Macular holes are classified based on size and progression. There are three stages of a macular hole:
  • Stage 1 (macular cyst): A new macular hole sometimes appears as a yellow macular cyst. Up to 50% of macular cysts spontaneously go away and the macula returns to normal.
  • Stage 2 (early macular hole): The cyst begins to take on an oval, crescent or horse-shoe shape. Vision begins to decrease, becoming distorted or blurry. Up to 70% of stage 2 holes progress to stage 3.
  • Stage 3 (full thickness macular hole): A stage 3 hole is defined by its great size. People with stage 3 holes often develop significant vision problems. Stage 3 macular holes are also defined by a rim of elevated tissue.
  • Stage 4: A stage 4 macular hole is similar to a stage 3 but the patient also has a posterior vitreous detachment.

Treatment of Macular Hole

If a macular hole is not caused by trauma or occurring along with other eye disease, the hole can be treated with some reasonable chance of success. Larger and older macular holes have a decreased chance of successful treatment.

Very early macular holes are monitored by an optometrist or an ophthalmologist. Your eye doctor may use an Amsler Grid to check your central vision. Your eye doctor may also dilate your eyes and take digital retinal photographs. A fairly new technology called optical coherence tomography can be used to monitor you closely for possible progression into stage 2 macular hole.

A Stage 2 or greater macular hole is typically treated by surgery performed by a retinal specialist. Most surgery for repair of macular holes centers around removing the vitreous gel and replacing it with a special gas.
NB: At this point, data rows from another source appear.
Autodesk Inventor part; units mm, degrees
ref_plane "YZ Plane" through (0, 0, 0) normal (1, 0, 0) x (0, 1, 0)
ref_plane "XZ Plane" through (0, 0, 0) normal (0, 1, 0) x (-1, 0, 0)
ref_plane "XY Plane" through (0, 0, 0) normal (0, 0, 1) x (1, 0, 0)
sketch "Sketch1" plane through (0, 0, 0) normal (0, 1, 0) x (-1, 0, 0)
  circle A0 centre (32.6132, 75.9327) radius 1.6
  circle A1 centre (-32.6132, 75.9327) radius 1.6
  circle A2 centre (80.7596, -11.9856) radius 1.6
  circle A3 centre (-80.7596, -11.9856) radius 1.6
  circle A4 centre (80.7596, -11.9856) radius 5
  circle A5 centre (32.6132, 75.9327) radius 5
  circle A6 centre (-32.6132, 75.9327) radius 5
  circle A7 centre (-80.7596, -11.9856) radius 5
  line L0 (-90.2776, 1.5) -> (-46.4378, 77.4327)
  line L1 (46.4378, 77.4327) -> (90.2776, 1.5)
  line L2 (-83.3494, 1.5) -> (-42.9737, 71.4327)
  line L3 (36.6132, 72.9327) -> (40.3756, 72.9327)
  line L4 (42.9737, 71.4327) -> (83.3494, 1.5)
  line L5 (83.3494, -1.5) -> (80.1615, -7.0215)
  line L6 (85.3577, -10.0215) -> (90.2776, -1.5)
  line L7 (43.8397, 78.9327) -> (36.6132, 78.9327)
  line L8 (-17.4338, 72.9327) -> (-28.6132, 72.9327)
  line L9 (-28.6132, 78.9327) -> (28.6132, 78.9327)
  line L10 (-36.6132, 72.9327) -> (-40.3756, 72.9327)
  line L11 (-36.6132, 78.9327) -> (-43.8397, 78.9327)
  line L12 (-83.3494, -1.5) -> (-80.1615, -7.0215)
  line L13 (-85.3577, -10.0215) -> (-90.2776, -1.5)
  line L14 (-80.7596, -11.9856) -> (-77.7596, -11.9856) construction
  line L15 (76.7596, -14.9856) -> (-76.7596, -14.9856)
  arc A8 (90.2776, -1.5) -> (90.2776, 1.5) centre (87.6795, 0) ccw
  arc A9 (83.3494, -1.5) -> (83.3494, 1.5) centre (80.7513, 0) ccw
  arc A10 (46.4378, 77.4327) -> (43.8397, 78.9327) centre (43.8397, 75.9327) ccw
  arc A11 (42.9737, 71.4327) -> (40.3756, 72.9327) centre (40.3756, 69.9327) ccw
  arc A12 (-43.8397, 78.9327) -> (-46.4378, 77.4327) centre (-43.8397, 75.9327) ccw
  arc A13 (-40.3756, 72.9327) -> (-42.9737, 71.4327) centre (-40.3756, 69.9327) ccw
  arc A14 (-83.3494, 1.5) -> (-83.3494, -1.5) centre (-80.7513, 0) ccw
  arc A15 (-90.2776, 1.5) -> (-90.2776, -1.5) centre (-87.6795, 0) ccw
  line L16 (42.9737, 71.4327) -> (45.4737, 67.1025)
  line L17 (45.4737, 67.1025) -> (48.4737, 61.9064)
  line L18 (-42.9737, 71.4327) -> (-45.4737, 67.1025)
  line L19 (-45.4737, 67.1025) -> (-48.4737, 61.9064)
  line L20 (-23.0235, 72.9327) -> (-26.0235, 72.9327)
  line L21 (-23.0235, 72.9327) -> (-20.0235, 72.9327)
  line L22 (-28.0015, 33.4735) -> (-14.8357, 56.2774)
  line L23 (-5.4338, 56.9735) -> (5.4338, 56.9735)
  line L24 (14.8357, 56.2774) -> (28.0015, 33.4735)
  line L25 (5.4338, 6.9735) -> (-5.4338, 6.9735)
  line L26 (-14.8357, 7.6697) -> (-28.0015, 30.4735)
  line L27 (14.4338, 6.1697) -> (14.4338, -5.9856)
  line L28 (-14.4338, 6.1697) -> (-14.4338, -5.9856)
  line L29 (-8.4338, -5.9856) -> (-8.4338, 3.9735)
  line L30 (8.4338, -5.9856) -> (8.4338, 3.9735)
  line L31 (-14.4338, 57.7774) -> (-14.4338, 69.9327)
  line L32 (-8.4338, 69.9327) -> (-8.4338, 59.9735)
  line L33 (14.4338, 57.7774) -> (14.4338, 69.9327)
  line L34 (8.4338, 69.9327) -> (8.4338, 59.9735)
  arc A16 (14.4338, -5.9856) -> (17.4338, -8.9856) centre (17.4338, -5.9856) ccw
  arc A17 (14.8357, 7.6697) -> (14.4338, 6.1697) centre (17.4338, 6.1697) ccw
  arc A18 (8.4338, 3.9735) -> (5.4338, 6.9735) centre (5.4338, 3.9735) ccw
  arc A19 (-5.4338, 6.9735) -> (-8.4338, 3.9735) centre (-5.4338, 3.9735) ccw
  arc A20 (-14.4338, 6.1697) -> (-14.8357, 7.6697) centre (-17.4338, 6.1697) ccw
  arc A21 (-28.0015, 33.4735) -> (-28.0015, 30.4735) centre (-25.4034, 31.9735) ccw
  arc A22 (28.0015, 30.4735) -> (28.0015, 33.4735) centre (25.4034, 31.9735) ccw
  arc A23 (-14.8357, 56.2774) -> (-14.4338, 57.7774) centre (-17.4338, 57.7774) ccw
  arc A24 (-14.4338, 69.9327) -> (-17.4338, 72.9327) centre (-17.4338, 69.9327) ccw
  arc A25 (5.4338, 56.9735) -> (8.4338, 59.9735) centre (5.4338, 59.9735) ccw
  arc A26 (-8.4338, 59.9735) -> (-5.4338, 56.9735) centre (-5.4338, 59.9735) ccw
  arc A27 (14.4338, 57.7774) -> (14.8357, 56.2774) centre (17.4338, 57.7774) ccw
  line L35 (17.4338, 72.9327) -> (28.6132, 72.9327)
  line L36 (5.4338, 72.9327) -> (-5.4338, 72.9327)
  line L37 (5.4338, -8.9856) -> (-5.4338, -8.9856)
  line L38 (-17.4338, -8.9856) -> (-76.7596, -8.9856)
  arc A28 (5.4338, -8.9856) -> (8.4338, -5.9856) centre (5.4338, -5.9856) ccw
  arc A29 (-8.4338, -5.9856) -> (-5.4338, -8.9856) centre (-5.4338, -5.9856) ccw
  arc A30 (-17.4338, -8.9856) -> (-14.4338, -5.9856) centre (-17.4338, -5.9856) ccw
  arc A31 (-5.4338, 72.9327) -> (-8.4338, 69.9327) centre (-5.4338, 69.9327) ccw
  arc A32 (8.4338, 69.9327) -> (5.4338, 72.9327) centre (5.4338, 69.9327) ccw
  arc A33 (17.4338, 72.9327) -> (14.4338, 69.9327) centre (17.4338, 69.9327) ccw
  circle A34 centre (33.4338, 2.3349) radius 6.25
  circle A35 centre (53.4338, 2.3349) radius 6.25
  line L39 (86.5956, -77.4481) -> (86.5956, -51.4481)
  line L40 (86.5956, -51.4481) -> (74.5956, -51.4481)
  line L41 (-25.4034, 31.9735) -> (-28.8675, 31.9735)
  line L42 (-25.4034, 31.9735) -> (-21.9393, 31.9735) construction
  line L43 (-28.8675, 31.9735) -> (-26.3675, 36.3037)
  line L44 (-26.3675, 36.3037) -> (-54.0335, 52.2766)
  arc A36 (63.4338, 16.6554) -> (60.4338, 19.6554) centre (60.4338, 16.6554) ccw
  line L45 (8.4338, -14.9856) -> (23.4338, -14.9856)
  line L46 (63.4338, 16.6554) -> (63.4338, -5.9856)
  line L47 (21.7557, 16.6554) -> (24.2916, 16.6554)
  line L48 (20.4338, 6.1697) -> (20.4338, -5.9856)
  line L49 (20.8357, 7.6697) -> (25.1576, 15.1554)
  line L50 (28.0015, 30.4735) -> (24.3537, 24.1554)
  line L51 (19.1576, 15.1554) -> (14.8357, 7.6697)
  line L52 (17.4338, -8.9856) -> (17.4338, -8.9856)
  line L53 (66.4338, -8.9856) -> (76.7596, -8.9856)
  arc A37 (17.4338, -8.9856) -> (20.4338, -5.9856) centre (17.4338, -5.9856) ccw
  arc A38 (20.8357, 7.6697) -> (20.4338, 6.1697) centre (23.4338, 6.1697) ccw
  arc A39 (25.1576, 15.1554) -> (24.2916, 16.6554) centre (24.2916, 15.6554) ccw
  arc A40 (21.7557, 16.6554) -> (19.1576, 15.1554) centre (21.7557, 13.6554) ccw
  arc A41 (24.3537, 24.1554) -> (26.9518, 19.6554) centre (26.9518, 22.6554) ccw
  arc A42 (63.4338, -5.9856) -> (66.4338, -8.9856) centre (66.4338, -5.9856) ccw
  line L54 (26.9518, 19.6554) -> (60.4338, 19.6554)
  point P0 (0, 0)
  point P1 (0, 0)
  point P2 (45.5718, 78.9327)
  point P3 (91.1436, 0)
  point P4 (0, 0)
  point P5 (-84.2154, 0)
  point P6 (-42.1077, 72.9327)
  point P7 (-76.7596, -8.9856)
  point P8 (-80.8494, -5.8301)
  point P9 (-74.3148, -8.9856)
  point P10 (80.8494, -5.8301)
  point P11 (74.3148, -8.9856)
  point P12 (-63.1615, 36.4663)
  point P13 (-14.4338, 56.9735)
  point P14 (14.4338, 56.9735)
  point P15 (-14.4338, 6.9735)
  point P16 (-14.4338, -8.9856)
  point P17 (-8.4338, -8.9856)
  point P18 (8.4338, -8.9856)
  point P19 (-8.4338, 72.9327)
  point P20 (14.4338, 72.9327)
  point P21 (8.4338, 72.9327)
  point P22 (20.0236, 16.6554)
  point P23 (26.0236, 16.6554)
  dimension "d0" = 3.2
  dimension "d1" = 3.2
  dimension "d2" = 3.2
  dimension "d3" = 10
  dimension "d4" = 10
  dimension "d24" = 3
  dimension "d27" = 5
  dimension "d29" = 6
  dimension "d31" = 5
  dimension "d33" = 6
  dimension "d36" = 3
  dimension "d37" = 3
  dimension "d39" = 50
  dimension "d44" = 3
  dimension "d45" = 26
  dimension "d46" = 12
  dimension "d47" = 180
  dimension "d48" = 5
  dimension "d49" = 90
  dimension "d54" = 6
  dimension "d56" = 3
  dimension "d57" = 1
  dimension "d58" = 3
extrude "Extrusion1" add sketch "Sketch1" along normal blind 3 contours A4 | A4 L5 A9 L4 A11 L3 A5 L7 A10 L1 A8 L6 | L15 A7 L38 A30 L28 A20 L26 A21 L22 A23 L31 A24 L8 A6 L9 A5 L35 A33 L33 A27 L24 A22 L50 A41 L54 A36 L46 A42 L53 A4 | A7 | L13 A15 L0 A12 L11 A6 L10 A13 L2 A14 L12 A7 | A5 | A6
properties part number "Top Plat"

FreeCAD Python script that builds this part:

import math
import FreeCAD as App
import Part
import Sketcher

doc = App.newDocument("Part")
body = doc.addObject("PartDesign::Body", "Body")

# Sketch on XZ plane
sketch1 = body.newObject("Sketcher::SketchObject", "Sketch")
sketch1.AttachmentSupport = (doc.getObject("XZ_Plane"), [""])
sketch1.MapMode = "FlatFace"
sketch1.addGeometry(Part.ArcOfCircle(Part.Circle(App.Vector(-80.8, -12, 0), App.Vector(0, 0, 1), 5), math.radians(157), math.radians(323)), False)
sketch1.addGeometry(Part.LineSegment(App.Vector(-85.4, -10, 0), App.Vector(-90.3, -1.5, 0)), False)
sketch1.addGeometry(Part.ArcOfCircle(Part.Circle(App.Vector(-87.7, 0, 0), App.Vector(0, 0, 1), 3), math.radians(150), math.radians(210)), False)
sketch1.addGeometry(Part.LineSegment(App.Vector(-90.3, 1.5, 0), App.Vector(-46.4, 77.4, 0)), False)
sketch1.addGeometry(Part.ArcOfCircle(Part.Circle(App.Vector(-43.8, 75.9, 0), App.Vector(0, 0, 1), 3), math.radians(90), math.radians(150)), False)
sketch1.addGeometry(Part.LineSegment(App.Vector(-43.8, 78.9, 0), App.Vector(-36.6, 78.9, 0)), False)
sketch1.addGeometry(Part.ArcOfCircle(Part.Circle(App.Vector(-32.6, 75.9, 0), App.Vector(0, 0, 1), 5), math.radians(37), math.radians(143)), False)
sketch1.addGeometry(Part.LineSegment(App.Vector(-28.6, 78.9, 0), App.Vector(28.6, 78.9, 0)), False)
sketch1.addGeometry(Part.ArcOfCircle(Part.Circle(App.Vector(32.6, 75.9, 0), App.Vector(0, 0, 1), 5), math.radians(37), math.radians(143)), False)
sketch1.addGeometry(Part.LineSegment(App.Vector(36.6, 78.9, 0), App.Vector(43.8, 78.9, 0)), False)
sketch1.addGeometry(Part.ArcOfCircle(Part.Circle(App.Vector(43.8, 75.9, 0), App.Vector(0, 0, 1), 3), math.radians(30), math.radians(90)), False)
sketch1.addGeometry(Part.LineSegment(App.Vector(46.4, 77.4, 0), App.Vector(90.3, 1.5, 0)), False)
sketch1.addGeometry(Part.ArcOfCircle(Part.Circle(App.Vector(87.7, 0, 0), App.Vector(0, 0, 1), 3), math.radians(-30), math.radians(30)), False)
sketch1.addGeometry(Part.LineSegment(App.Vector(90.3, -1.5, 0), App.Vector(85.4, -10, 0)), False)
sketch1.addGeometry(Part.ArcOfCircle(Part.Circle(App.Vector(80.8, -12, 0), App.Vector(0, 0, 1), 5), math.radians(-143), math.radians(23)), False)
sketch1.addGeometry(Part.LineSegment(App.Vector(76.8, -15, 0), App.Vector(-76.8, -15, 0)), False)
sketch1.addGeometry(Part.ArcOfCircle(Part.Circle(App.Vector(-80.8, -12, 0), App.Vector(0, 0, 1), 5), math.radians(37), math.radians(83)), False)
sketch1.addGeometry(Part.LineSegment(App.Vector(-76.8, -9, 0), App.Vector(-66.4, -9, 0)), False)
sketch1.addGeometry(Part.ArcOfCircle(Part.Circle(App.Vector(-66.4, -6, 0), App.Vector(0, 0, 1), 3), math.radians(-90), math.radians(0)), False)
sketch1.addGeometry(Part.LineSegment(App.Vector(-63.4, -6, 0), App.Vector(-63.4, 16.7, 0)), False)
sketch1.addGeometry(Part.ArcOfCircle(Part.Circle(App.Vector(-60.4, 16.7, 0), App.Vector(0, 0, 1), 3), math.radians(90), math.radians(180)), False)
sketch1.addGeometry(Part.LineSegment(App.Vector(-60.4, 19.7, 0), App.Vector(-27, 19.7, 0)), False)
sketch1.addGeometry(Part.ArcOfCircle(Part.Circle(App.Vector(-27, 22.7, 0), App.Vector(0, 0, 1), 3), math.radians(-90), math.radians(30)), False)
sketch1.addGeometry(Part.LineSegment(App.Vector(-24.4, 24.2, 0), App.Vector(-28, 30.5, 0)), False)
sketch1.addGeometry(Part.ArcOfCircle(Part.Circle(App.Vector(-25.4, 32, 0), App.Vector(0, 0, 1), 3), math.radians(150), math.radians(210)), False)
sketch1.addGeometry(Part.LineSegment(App.Vector(-28, 33.5, 0), App.Vector(-14.8, 56.3, 0)), False)
sketch1.addGeometry(Part.ArcOfCircle(Part.Circle(App.Vector(-17.4, 57.8, 0), App.Vector(0, 0, 1), 3), math.radians(-30), math.radians(0)), False)
sketch1.addGeometry(Part.LineSegment(App.Vector(-14.4, 57.8, 0), App.Vector(-14.4, 69.9, 0)), False)
sketch1.addGeometry(Part.ArcOfCircle(Part.Circle(App.Vector(-17.4, 69.9, 0), App.Vector(0, 0, 1), 3), math.radians(0), math.radians(90)), False)
sketch1.addGeometry(Part.LineSegment(App.Vector(-17.4, 72.9, 0), App.Vector(-28.6, 72.9, 0)), False)
sketch1.addGeometry(Part.ArcOfCircle(Part.Circle(App.Vector(-32.6, 75.9, 0), App.Vector(0, 0, 1), 5), math.radians(-143), math.radians(-37)), False)
sketch1.addGeometry(Part.LineSegment(App.Vector(-36.6, 72.9, 0), App.Vector(-40.4, 72.9, 0)), False)
sketch1.addGeometry(Part.ArcOfCircle(Part.Circle(App.Vector(-40.4, 69.9, 0), App.Vector(0, 0, 1), 3), math.radians(90), math.radians(150)), False)
sketch1.addGeometry(Part.LineSegment(App.Vector(-43, 71.4, 0), App.Vector(-83.3, 1.5, 0)), False)
sketch1.addGeometry(Part.ArcOfCircle(Part.Circle(App.Vector(-80.8, 0, 0), App.Vector(0, 0, 1), 3), math.radians(150), math.radians(210)), False)
sketch1.addGeometry(Part.LineSegment(App.Vector(-83.3, -1.5, 0), App.Vector(-80.2, -7, 0)), False)
sketch1.addGeometry(Part.Circle(App.Vector(-80.8, -12, 0), App.Vector(0, 0, 1), 1.6), False)
sketch1.addGeometry(Part.LineSegment(App.Vector(17.4, -9, 0), App.Vector(76.8, -9, 0)), False)
sketch1.addGeometry(Part.ArcOfCircle(Part.Circle(App.Vector(80.8, -12, 0), App.Vector(0, 0, 1), 5), math.radians(97), math.radians(143)), False)
sketch1.addGeometry(Part.LineSegment(App.Vector(80.2, -7, 0), App.Vector(83.3, -1.5, 0)), False)
sketch1.addGeometry(Part.ArcOfCircle(Part.Circle(App.Vector(80.8, 0, 0), App.Vector(0, 0, 1), 3), math.radians(-30), math.radians(30)), False)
This gas holds the edges of the macula together to allow healing. (This gas treatment usually requires you to hold your head in a face-down position anywhere from a few hours to 2 weeks depending on the surgeon. Research is currently evaluating how important this step is, as it is very difficult for the patient.)

What You Should Know About Macular Hole

If you develop a macular hole in one eye, you have about a 30% chance of it developing one in the other eye. If you have a macular hole in one eye and the other eye has a posterior vitreous detachment, your chance of developing another macular hole begins to decrease.

If you notice any change in your central vision, see your eye doctor right away. Early detection and treatment of macular is crucial for a positive outcome.

Source:

Sowka, Joseph W, Andrew S Gurwood and Alan G Kabat. The Handbook of Ocular Disease Management, Supplement to Review of Optometry, pp 35-36, 15 APR 2010.